__What to work on__.
Leave out every line that comes before the one containing "A parametric FreeCAD", and reproduce the rest of the listing below exactly, through its last line.

__Extracted information__.
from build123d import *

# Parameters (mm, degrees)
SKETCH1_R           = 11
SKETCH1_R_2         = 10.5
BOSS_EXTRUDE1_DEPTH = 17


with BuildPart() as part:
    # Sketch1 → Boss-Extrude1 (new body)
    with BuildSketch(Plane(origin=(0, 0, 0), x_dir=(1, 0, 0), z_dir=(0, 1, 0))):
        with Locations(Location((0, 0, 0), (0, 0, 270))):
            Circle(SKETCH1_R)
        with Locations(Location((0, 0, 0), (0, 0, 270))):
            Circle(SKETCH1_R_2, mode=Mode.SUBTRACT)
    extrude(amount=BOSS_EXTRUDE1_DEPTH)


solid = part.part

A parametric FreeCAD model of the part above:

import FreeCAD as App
import Part
import Sketcher
Q = App.Units.Quantity

doc = App.newDocument("Part")
body = doc.addObject("PartDesign::Body", "Body")

# Sketch on XZ plane
sketch1 = body.newObject("Sketcher::SketchObject", "Sketch")
sketch1.AttachmentSupport = (doc.getObject("XZ_Plane"), [""])
sketch1.MapMode = "FlatFace"
sketch1.addGeometry([
    Part.Circle(App.Vector(0, 0, 0), App.Vector(0, 0, 1), 11),
    Part.Circle(App.Vector(0, 0, 0), App.Vector(0, 0, 1), 10),
], False)
sketch1.addConstraint([
    Sketcher.Constraint("Coincident", 0, 3, -1, 1),
    Sketcher.Constraint("Coincident", 1, 3, -1, 1),
    Sketcher.Constraint("Diameter", 0, Q("22 mm")),
    Sketcher.Constraint("Diameter", 1, Q("21 mm")),
])
pad1 = body.newObject("PartDesign::Pad", "Pad")
pad1.Profile = sketch1
pad1.Length = 17
pad1.Reversed = True

doc.recompute()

__Finished task__.
A parametric FreeCAD model of the part above:

import FreeCAD as App
import Part
import Sketcher
Q = App.Units.Quantity

doc = App.newDocument("Part")
body = doc.addObject("PartDesign::Body", "Body")

# Sketch on XZ plane
sketch1 = body.newObject("Sketcher::SketchObject", "Sketch")
sketch1.AttachmentSupport = (doc.getObject("XZ_Plane"), [""])
sketch1.MapMode = "FlatFace"
sketch1.addGeometry([
    Part.Circle(App.Vector(0, 0, 0), App.Vector(0, 0, 1), 11),
    Part.Circle(App.Vector(0, 0, 0), App.Vector(0, 0, 1), 10),
], False)
sketch1.addConstraint([
    Sketcher.Constraint("Coincident", 0, 3, -1, 1),
    Sketcher.Constraint("Coincident", 1, 3, -1, 1),
    Sketcher.Constraint("Diameter", 0, Q("22 mm")),
    Sketcher.Constraint("Diameter", 1, Q("21 mm")),
])
pad1 = body.newObject("PartDesign::Pad", "Pad")
pad1.Profile = sketch1
pad1.Length = 17
pad1.Reversed = True

doc.recompute()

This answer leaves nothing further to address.